Mas é remota a possibilidade de Dilma voltar ao Palácio do Planalto, apesar do alarido dos petistas e das idiossincrasias tucanas. Lampedusa explica: os Tancredis traíram os Bourbons e se aliaram aos Saboia. Os partidos de oposição foram abduzidos pelos eternos governistas, que tomaram conta do governo Temer para tudo mudar e continuar igual. O vice Michel Temer sabe do que se trata. É um político experiente, que por três vezes comandou a Câmara e conseguiu manter o controle do PMDB numa disputa na qual o ex-presidente Sarney e o presidente do Senado, Renan Calheiros (PMDB-AL), estavam aliados ao ex-presidente Lula. Por duas vezes foi eleito vice na chapa de Dilma, para arrependimento dos petistas.

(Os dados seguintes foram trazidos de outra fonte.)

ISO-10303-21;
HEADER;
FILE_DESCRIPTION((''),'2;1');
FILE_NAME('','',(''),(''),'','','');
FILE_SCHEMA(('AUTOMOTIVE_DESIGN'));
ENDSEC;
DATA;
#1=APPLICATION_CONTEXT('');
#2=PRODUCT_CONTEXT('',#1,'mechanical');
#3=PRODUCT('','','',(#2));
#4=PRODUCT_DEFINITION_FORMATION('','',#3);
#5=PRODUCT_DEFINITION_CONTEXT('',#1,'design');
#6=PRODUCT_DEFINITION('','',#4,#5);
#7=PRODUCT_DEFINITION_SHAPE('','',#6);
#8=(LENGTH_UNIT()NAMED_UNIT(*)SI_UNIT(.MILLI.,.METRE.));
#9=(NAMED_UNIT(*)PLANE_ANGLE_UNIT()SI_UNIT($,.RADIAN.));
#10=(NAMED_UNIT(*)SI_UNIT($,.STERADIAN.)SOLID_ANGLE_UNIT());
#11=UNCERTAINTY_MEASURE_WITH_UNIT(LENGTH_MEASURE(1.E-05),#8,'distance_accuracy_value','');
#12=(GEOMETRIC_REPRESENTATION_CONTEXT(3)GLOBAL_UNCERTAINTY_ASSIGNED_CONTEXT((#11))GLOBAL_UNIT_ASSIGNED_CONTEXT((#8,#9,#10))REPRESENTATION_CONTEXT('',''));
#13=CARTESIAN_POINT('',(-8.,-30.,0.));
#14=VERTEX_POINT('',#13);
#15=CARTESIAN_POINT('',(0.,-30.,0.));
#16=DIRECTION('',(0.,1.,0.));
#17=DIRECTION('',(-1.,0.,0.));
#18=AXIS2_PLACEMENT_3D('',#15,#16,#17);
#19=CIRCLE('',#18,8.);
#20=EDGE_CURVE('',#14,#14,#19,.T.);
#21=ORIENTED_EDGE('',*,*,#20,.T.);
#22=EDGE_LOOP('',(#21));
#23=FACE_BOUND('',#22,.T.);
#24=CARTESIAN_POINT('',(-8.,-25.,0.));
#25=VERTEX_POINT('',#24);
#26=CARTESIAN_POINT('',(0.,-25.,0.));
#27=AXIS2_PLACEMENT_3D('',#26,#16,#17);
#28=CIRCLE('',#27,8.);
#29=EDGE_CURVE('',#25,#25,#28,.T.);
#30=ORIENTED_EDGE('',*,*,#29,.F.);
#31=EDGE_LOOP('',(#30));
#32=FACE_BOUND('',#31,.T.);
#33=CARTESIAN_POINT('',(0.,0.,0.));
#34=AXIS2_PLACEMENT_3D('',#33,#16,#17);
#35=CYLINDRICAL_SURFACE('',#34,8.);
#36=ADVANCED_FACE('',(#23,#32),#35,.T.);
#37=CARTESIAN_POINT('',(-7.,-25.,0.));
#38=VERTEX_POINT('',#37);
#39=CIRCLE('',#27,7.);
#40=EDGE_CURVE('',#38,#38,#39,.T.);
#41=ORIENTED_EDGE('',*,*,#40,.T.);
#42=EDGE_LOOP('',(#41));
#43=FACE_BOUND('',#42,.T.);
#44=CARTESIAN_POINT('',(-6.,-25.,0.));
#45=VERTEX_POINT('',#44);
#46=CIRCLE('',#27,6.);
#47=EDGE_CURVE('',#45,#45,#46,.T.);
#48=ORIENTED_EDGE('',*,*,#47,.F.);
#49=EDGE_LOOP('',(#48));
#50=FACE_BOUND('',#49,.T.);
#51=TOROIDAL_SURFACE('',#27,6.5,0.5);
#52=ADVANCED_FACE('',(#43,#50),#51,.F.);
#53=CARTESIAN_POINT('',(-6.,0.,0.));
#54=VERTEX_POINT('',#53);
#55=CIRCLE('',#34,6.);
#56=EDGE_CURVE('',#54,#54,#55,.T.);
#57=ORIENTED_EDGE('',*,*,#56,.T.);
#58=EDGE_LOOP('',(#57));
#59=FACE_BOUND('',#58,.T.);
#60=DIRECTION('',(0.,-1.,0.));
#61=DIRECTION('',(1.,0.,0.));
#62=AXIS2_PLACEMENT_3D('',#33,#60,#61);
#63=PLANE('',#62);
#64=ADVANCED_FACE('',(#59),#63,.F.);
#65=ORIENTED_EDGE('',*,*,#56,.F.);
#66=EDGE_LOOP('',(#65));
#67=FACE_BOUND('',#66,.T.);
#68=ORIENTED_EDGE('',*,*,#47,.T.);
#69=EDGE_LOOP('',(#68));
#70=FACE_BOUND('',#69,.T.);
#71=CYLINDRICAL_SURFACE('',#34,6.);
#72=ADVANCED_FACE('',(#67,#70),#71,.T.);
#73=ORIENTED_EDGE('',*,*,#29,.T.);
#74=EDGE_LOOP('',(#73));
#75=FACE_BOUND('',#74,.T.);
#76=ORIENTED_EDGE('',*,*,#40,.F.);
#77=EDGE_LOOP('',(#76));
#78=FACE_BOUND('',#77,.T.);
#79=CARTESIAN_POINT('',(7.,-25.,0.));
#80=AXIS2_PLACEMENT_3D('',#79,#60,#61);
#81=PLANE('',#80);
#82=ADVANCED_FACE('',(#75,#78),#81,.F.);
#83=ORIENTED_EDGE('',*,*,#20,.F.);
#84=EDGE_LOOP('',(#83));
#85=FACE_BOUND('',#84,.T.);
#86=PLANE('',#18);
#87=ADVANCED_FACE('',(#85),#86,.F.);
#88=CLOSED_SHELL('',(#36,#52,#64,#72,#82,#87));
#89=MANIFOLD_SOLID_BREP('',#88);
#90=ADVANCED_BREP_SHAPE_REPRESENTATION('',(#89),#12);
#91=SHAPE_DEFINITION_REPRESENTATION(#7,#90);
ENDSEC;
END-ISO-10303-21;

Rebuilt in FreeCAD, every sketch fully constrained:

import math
import FreeCAD as App
import Part
import Sketcher
from FreeCAD import Vector
Q = App.Units.Quantity

doc = App.newDocument("Part")
params = doc.addObject("Spreadsheet::Sheet", "Params")
for row, (alias, value) in enumerate([
    ("sketch1_radius", "0.5 mm"),
    ("sketch1_width", "6 mm"),
    ("sketch1_width2", "8 mm"),
    ("sketch1_height", "30 mm"),
    ("sketch1_height2", "5 mm"),
    ("revolution_angle", "360 deg"),
], start=1):
    params.set(f"A{row}", alias)
    params.set(f"B{row}", "=" + value)
    params.setAlias(f"B{row}", alias)

body = doc.addObject("PartDesign::Body", "Body")

sketch1 = body.newObject("Sketcher::SketchObject", "Sketch")
sketch1.AttachmentSupport = (doc.getObject("XY_Plane"), [""])
sketch1.MapMode = "FlatFace"
sketch1.addGeometry([
    Part.LineSegment(Vector(6, 0, 0), Vector(0, 0, 0)),
    Part.LineSegment(Vector(0, 0, 0), Vector(0, -30, 0)),
    Part.LineSegment(Vector(0, -30, 0), Vector(8, -30, 0)),
    Part.LineSegment(Vector(8, -30, 0), Vector(8, -25, 0)),
    Part.LineSegment(Vector(8, -25, 0), Vector(7, -25, 0)),
    Part.ArcOfCircle(Part.Circle(Vector(6.5, -25, 0), Vector(0, 0, 1), 0.5), math.radians(180), math.radians(360)),
    Part.LineSegment(Vector(6, -25, 0), Vector(6, 0, 0)),
], False)
sketch1.addConstraint([
    Sketcher.Constraint("Coincident", 0, 2, 1, 1),
    Sketcher.Constraint("Coincident", 1, 2, 2, 1),
    Sketcher.Constraint("Coincident", 2, 2, 3, 1),
    Sketcher.Constraint("Coincident", 3, 2, 4, 1),
    Sketcher.Constraint("Coincident", 4, 2, 5, 2),
    Sketcher.Constraint("Tangent", 5, 1, 6, 1),
    Sketcher.Constraint("Coincident", 6, 2, 0, 1),
    Sketcher.Constraint("Horizontal", 0),
    Sketcher.Constraint("Vertical", 1),
    Sketcher.Constraint("Horizontal", 2),
    Sketcher.Constraint("Vertical", 3),
    Sketcher.Constraint("Horizontal", 4),
    Sketcher.Constraint("Vertical", 6),
    Sketcher.Constraint("Coincident", 0, 2, -1, 1),
    Sketcher.Constraint("Horizontal", 5, 3, 3, 2),
    Sketcher.Constraint("Radius", 5, Q("0.5 mm")),
    Sketcher.Constraint("DistanceX", 0, 2, 0, 1, Q("6 mm")),
    Sketcher.Constraint("DistanceX", 2, 1, 2, 2, Q("8 mm")),
    Sketcher.Constraint("DistanceY", 1, 2, 1, 1, Q("30 mm")),
    Sketcher.Constraint("DistanceY", 3, 1, 3, 2, Q("5 mm")),
])
sketch1.setExpression("Constraints[15]", "Params.sketch1_radius")
sketch1.setExpression("Constraints[16]", "Params.sketch1_width")
sketch1.setExpression("Constraints[17]", "Params.sketch1_width2")
sketch1.setExpression("Constraints[18]", "Params.sketch1_height")
sketch1.setExpression("Constraints[19]", "Params.sketch1_height2")
revolution = body.newObject("PartDesign::Revolution", "Revolution")
revolution.Profile = sketch1
revolution.ReferenceAxis = (sketch1, ["V_Axis"])
revolution.setExpression("Angle", "Params.revolution_angle")

doc.recompute()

Os gatos que intitulam a coluna estão em cena. Na penumbra do Congresso, desculpem-me o trocadilho infame, todos os parlamentares da base são gatos pardos, não importa se têm um passado imaculado ou estão sujos de arara pela Lava-Jato. Para Michel Temer, o mais importante são os votos a favor do seu governo e do impeachment de Dilma. Antes que o povo volte pra rua e engrosse os camaleônicos protestos petistas, que agem como se nada tivessem com tudo isso, embora seja o resultado de 13 anos de mando petista.